Max Planck Institute for Dynamics of Complex Technical Systems, Magdeburg, Germany.
Metab Eng. 2011 Mar;13(2):204-13. doi: 10.1016/j.ymben.2010.12.004. Epub 2010 Dec 13.
The model-driven search for gene deletion strategies that increase the production performance of microorganisms is an essential part of metabolic engineering. One theoretical approach is based on Minimal Cut Sets (MCSs) which are minimal sets of knockouts disabling the operation of a specified set of target elementary modes. A limitation of the current approach is that MCSs can induce side effects disabling also desired functionalities. We, therefore, generalize MCSs to Constrained MCSs (cMCSs) allowing for the additional definition of a set of desired modes of which a minimum number must be preserved. Exemplarily for ethanol production by Escherichia coli, we demonstrate that this approach offers enormous flexibility in defining and solving knockout problems. Moreover, many existing methods can be reformulated as special cMCS problems. The cMCSs approach allows systematic enumeration of all equivalent gene deletion combinations and also helps to determine robust knockout strategies for coupled product and biomass synthesis.
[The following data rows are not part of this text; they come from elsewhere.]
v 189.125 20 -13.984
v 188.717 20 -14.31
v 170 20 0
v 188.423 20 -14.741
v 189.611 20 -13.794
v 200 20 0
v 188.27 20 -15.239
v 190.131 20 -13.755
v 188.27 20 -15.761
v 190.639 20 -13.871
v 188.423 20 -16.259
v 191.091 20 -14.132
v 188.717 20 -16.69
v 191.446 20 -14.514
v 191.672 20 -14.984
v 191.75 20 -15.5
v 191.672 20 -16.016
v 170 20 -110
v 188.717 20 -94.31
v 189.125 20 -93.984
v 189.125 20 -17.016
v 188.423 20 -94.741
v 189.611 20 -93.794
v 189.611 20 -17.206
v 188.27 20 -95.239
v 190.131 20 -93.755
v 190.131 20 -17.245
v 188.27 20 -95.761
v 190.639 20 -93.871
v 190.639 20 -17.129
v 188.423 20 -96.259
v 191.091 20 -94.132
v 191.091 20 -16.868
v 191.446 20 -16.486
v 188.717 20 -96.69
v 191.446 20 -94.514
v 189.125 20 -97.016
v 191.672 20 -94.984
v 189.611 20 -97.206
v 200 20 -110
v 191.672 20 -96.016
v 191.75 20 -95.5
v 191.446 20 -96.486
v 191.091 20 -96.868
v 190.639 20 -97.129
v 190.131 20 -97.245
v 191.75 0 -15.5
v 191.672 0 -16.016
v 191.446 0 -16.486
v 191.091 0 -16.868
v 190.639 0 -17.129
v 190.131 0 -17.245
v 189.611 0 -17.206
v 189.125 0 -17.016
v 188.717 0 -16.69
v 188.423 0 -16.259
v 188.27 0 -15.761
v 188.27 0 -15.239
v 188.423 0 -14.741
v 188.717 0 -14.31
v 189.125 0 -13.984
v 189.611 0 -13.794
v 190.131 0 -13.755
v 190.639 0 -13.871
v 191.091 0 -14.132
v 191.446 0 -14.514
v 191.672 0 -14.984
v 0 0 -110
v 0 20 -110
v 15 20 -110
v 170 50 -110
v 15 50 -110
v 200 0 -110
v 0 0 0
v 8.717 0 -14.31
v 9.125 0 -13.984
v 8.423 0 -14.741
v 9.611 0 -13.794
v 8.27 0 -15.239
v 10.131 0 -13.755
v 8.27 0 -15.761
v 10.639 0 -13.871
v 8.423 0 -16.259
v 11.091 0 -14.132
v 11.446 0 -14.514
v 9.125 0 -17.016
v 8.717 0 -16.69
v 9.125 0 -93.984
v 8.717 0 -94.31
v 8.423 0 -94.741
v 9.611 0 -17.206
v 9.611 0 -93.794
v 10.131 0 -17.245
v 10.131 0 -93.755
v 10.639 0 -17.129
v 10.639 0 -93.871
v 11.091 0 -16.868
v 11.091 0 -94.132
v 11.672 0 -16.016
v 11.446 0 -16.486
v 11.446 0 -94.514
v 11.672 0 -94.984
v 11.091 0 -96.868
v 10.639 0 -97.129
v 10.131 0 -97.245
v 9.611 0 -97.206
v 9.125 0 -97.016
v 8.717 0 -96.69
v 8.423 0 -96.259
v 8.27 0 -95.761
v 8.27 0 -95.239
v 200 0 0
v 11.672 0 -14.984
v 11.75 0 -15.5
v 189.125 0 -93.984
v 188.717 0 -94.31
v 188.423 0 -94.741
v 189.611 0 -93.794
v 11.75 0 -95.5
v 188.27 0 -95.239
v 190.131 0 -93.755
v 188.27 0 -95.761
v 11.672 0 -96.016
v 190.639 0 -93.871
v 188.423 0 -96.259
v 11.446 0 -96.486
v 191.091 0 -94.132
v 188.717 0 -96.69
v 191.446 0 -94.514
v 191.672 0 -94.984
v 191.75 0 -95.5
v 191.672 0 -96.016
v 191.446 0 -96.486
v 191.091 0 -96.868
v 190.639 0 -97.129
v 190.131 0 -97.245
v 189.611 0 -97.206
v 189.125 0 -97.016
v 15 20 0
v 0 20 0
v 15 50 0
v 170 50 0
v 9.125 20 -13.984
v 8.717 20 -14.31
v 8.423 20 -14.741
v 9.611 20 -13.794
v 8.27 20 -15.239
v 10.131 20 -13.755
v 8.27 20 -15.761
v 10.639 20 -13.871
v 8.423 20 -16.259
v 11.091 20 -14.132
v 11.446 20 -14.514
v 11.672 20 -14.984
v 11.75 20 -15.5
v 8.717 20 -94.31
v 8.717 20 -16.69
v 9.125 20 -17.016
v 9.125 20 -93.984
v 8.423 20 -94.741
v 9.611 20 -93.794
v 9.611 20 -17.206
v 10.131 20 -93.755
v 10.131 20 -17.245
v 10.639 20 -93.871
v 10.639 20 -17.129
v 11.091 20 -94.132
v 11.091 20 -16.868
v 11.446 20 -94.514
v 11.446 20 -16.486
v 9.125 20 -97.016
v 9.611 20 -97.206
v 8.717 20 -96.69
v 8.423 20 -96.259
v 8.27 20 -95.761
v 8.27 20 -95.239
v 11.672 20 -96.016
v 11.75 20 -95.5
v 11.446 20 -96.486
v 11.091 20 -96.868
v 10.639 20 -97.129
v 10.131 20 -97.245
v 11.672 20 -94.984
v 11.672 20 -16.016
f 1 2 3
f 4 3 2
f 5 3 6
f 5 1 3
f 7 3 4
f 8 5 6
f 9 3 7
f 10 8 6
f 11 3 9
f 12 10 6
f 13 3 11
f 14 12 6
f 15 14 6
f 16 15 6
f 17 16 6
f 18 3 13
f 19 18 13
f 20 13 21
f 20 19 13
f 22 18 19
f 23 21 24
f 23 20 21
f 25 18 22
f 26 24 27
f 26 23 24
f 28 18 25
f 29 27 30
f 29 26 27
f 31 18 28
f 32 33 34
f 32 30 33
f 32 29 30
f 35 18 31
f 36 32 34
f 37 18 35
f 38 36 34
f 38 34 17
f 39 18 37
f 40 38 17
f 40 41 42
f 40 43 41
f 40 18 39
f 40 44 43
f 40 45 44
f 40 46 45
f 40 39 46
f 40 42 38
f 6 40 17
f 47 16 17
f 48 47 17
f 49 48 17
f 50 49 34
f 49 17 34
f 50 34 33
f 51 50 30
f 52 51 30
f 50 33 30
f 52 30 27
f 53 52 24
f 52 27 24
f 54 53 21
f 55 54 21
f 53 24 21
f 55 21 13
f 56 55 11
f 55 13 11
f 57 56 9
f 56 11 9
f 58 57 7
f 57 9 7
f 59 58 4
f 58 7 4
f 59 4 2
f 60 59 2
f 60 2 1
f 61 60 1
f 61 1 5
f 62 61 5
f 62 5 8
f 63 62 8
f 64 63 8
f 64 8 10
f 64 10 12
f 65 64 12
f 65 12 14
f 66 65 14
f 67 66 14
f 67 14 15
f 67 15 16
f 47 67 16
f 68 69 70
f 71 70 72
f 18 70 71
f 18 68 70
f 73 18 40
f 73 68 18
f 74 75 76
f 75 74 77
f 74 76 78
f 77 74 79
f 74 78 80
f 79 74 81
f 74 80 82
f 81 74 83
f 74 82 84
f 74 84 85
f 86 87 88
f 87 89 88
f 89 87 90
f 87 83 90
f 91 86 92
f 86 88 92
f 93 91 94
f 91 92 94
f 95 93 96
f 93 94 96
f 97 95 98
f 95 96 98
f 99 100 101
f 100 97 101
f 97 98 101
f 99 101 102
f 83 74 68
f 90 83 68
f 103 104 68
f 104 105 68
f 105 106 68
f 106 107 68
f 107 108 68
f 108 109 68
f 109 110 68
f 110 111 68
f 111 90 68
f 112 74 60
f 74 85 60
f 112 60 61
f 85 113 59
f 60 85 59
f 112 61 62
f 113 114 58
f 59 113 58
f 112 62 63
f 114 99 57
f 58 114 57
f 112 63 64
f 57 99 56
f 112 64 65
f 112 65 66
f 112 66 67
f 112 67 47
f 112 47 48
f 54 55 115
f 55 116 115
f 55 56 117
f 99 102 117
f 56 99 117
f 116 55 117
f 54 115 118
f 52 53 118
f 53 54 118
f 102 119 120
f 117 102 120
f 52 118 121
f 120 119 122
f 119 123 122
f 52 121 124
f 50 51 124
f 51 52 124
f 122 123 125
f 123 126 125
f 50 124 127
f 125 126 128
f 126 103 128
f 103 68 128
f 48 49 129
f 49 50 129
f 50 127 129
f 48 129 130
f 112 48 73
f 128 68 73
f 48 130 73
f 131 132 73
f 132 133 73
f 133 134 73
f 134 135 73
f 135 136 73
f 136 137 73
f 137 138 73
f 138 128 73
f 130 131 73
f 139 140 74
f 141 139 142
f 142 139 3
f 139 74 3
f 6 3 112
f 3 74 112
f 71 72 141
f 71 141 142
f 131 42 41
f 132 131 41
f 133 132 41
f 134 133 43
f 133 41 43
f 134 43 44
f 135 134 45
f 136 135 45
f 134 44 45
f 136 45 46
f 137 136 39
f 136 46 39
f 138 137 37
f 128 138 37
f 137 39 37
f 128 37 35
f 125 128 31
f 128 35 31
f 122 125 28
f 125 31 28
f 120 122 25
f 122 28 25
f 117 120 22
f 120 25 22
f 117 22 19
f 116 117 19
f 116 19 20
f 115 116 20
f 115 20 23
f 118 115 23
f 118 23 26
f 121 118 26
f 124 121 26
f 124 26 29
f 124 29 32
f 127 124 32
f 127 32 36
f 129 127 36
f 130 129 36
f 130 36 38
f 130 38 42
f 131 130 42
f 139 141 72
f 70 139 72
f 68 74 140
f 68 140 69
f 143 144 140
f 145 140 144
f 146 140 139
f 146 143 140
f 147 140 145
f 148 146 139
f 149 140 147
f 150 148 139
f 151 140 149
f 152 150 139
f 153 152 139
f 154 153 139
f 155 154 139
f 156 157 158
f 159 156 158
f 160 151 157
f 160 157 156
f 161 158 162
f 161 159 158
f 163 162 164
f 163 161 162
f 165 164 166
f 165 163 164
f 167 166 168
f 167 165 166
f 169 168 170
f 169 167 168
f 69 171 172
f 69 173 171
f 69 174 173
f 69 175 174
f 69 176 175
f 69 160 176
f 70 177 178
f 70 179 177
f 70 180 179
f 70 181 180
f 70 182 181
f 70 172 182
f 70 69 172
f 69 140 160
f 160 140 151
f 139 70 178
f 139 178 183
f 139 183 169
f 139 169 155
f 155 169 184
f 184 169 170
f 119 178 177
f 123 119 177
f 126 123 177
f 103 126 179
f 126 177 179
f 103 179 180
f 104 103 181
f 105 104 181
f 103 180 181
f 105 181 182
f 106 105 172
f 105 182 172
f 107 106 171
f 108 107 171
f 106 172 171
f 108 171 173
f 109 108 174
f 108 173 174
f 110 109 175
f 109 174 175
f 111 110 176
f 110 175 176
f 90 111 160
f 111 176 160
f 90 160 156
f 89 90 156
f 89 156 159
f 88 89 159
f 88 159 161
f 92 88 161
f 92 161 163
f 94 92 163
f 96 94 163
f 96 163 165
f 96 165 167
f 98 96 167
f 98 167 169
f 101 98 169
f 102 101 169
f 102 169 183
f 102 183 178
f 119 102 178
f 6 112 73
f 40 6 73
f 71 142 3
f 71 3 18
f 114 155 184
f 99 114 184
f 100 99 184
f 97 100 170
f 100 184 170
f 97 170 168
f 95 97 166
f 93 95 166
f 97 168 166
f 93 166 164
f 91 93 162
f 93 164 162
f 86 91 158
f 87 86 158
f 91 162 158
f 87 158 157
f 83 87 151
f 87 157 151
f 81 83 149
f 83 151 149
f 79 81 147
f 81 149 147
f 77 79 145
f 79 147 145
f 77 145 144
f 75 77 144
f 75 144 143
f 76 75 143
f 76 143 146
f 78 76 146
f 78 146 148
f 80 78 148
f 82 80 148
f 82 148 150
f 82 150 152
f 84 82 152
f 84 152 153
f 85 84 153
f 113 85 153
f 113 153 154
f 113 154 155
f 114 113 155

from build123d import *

# Parameters (mm, degrees)
SKETCH1_W           = 200
SKETCH1_H           = 110
BOSS_EXTRUDE1_DEPTH = 50
SKETCH2_W           = 30
SKETCH2_H           = 110
SKETCH2_W_2         = 15
CUT_EXTRUDE1_DEPTH  = 30
SKETCH3_R           = 1.75
CUT_EXTRUDE2_DEPTH  = 30


with BuildPart() as part:
    # Sketch1 → Boss-Extrude1 (new body)
    with BuildSketch(Plane(origin=(0, 0, 0), x_dir=(1, 0, 0), z_dir=(0, 1, 0))):
        with Locations((100, 55)):
            Rectangle(SKETCH1_W, SKETCH1_H)
    extrude(amount=BOSS_EXTRUDE1_DEPTH)

    # Sketch2 → Cut-Extrude1 (cut)
    with BuildSketch(Plane(origin=(0, 50, 0), x_dir=(1, 0, 0), z_dir=(0, 1, 0))):
        with Locations((185, 55)):
            Rectangle(SKETCH2_W, SKETCH2_H)
        with Locations((7.5, 55)):
            Rectangle(SKETCH2_W_2, SKETCH2_H)
    extrude(amount=-CUT_EXTRUDE1_DEPTH, mode=Mode.SUBTRACT)

    # Sketch3 → Cut-Extrude2 (cut)
    with BuildSketch(Plane(origin=(0, 20, 0), x_dir=(1, 0, 0), z_dir=(0, 1, 0))):
        with Locations((190, 95.5)):
            Circle(SKETCH3_R)
        with Locations((190, 15.5)):
            Circle(SKETCH3_R)
        with Locations((10, 95.5)):
            Circle(SKETCH3_R)
        with Locations((10, 15.5)):
            Circle(SKETCH3_R)
    extrude(amount=-CUT_EXTRUDE2_DEPTH, mode=Mode.SUBTRACT)


solid = part.part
基于模型的基因删除策略搜索是微生物生产性能提升的代谢工程的重要组成部分。一种理论方法是基于最小割集(MCS),它是禁用一组指定目标基本模式操作的最小集合。当前方法的一个局限性是,MCS 可能会产生副作用,从而禁用所需的功能。因此,我们将 MCS 推广到约束最小割集(cMCS),允许额外定义一组所需的模式,其中必须保留最小数量的模式。以大肠杆菌生产乙醇为例,我们证明了这种方法在定义和解决敲除问题方面具有巨大的灵活性。此外,许多现有的方法可以重新表述为特殊的 cMCS 问题。cMCS 方法允许系统地枚举所有等效的基因删除组合,还有助于确定耦合产物和生物量合成的稳健敲除策略。